──────── Information
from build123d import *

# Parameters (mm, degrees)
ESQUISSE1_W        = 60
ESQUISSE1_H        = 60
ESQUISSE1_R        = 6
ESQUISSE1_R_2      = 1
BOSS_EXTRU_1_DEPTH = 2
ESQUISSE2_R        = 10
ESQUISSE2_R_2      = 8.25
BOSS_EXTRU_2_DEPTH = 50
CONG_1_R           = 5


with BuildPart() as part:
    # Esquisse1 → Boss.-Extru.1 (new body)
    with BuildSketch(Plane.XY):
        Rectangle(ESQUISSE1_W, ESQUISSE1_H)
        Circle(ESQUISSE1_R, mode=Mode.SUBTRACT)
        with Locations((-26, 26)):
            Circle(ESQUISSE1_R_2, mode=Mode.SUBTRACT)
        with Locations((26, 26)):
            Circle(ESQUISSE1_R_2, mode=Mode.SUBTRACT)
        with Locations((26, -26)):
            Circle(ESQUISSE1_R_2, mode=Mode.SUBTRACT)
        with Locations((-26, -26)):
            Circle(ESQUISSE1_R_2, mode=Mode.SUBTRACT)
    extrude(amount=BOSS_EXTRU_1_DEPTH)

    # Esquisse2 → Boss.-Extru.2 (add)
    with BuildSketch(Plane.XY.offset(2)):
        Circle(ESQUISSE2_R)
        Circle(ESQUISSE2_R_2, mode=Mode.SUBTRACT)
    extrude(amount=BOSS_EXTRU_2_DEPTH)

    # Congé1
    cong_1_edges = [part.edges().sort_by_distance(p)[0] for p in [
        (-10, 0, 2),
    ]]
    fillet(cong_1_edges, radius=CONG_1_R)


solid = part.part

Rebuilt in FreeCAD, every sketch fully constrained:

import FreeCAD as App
import Part
import Sketcher

V = App.Vector


def edges_at(feature, points):
    """Names of the edges that pass closest to the given points."""
    edges = feature.Shape.Edges
    near = lambda p: min(range(len(edges)), key=lambda i: edges[i].distToShape(Part.Vertex(*p))[0])
    return sorted({f"Edge{near(p) + 1}" for p in points})

doc = App.newDocument("Part")
body = doc.addObject("PartDesign::Body", "Body")

sketch1 = body.newObject("Sketcher::SketchObject", "Sketch")
sketch1.AttachmentSupport = (doc.getObject("XY_Plane"), [""])
sketch1.MapMode = "FlatFace"
sketch1.addGeometry(Part.LineSegment(V(-30, 30, 0), V(-30, -30, 0)), False)
sketch1.addGeometry(Part.LineSegment(V(-30, -30, 0), V(30, -30, 0)), False)
sketch1.addGeometry(Part.LineSegment(V(30, -30, 0), V(30, 30, 0)), False)
sketch1.addGeometry(Part.LineSegment(V(30, 30, 0), V(-30, 30, 0)), False)
sketch1.addGeometry(Part.Circle(V(-26, -26, 0), V(0, 0, 1), 1), False)
sketch1.addGeometry(Part.Circle(V(26, -26, 0), V(0, 0, 1), 1), False)
sketch1.addGeometry(Part.Circle(V(-26, 26, 0), V(0, 0, 1), 1), False)
sketch1.addGeometry(Part.Circle(V(0, 0, 0), V(0, 0, 1), 6), False)
sketch1.addGeometry(Part.Circle(V(26, 26, 0), V(0, 0, 1), 1), False)
sketch1.addConstraint(Sketcher.Constraint("Coincident", 0, 2, 1, 1))
sketch1.addConstraint(Sketcher.Constraint("Coincident", 1, 2, 2, 1))
sketch1.addConstraint(Sketcher.Constraint("Coincident", 2, 2, 3, 1))
sketch1.addConstraint(Sketcher.Constraint("Coincident", 3, 2, 0, 1))
sketch1.addConstraint(Sketcher.Constraint("Vertical", 0))
sketch1.addConstraint(Sketcher.Constraint("Horizontal", 1))
sketch1.addConstraint(Sketcher.Constraint("Vertical", 2))
sketch1.addConstraint(Sketcher.Constraint("Horizontal", 3))
sketch1.addConstraint(Sketcher.Constraint("Coincident", 7, 3, -1, 1))
sketch1.addConstraint(Sketcher.Constraint("Equal", 4, 5))
sketch1.addConstraint(Sketcher.Constraint("Equal", 5, 6))
sketch1.addConstraint(Sketcher.Constraint("Equal", 6, 8))
sketch1.addConstraint(Sketcher.Constraint("Symmetric", 5, 3, 6, 3, -1, 1))
sketch1.addConstraint(Sketcher.Constraint("Symmetric", 4, 3, 8, 3, -1, 1))
sketch1.addConstraint(Sketcher.Constraint("Symmetric", 0, 2, 2, 2, -1, 1))
sketch1.addConstraint(Sketcher.Constraint("Symmetric", 4, 3, 5, 3, -2))
sketch1.addConstraint(Sketcher.Constraint("Equal", 3, 0))
sketch1.addConstraint(Sketcher.Constraint("Diameter", 4, 2.0))
sketch1.addConstraint(Sketcher.Constraint("Diameter", 7, 12.0))
sketch1.addConstraint(Sketcher.Constraint("DistanceX", 1, 1, 1, 2, 60.0))
sketch1.addConstraint(Sketcher.Constraint("DistanceX", 4, 3, -1, 1, 26.0))
sketch1.addConstraint(Sketcher.Constraint("DistanceY", 4, 3, -1, 1, 26.0))
pad1 = body.newObject("PartDesign::Pad", "Pad")
pad1.Profile = sketch1
pad1.Length = 2

sketch2 = body.newObject("Sketcher::SketchObject", "Sketch001")
sketch2.AttachmentSupport = (doc.getObject("XY_Plane"), [""])
sketch2.MapMode = "FlatFace"
sketch2.AttachmentOffset = App.Placement(V(0, 0, 2), App.Rotation())
sketch2.addGeometry(Part.Circle(V(0, 0, 0), V(0, 0, 1), 10), False)
sketch2.addGeometry(Part.Circle(V(0, 0, 0), V(0, 0, 1), 8.25), False)
sketch2.addConstraint(Sketcher.Constraint("Coincident", 0, 3, -1, 1))
sketch2.addConstraint(Sketcher.Constraint("Coincident", 1, 3, -1, 1))
sketch2.addConstraint(Sketcher.Constraint("Diameter", 0, 20.0))
sketch2.addConstraint(Sketcher.Constraint("Diameter", 1, 16.5))
pad2 = body.newObject("PartDesign::Pad", "Pad001")
pad2.Profile = sketch2
pad2.Length = 50
doc.recompute()

fillet = body.newObject("PartDesign::Fillet", "Fillet")
fillet.Base = (pad2, edges_at(pad2, [(-10, 0, 2)]))
fillet.Radius = 5

doc.recompute()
────────────────
● **What this task involves**: The required reply is the count of lines in the entries above where the string "extrude" appears, and nothing more.

● **Your solution**: 2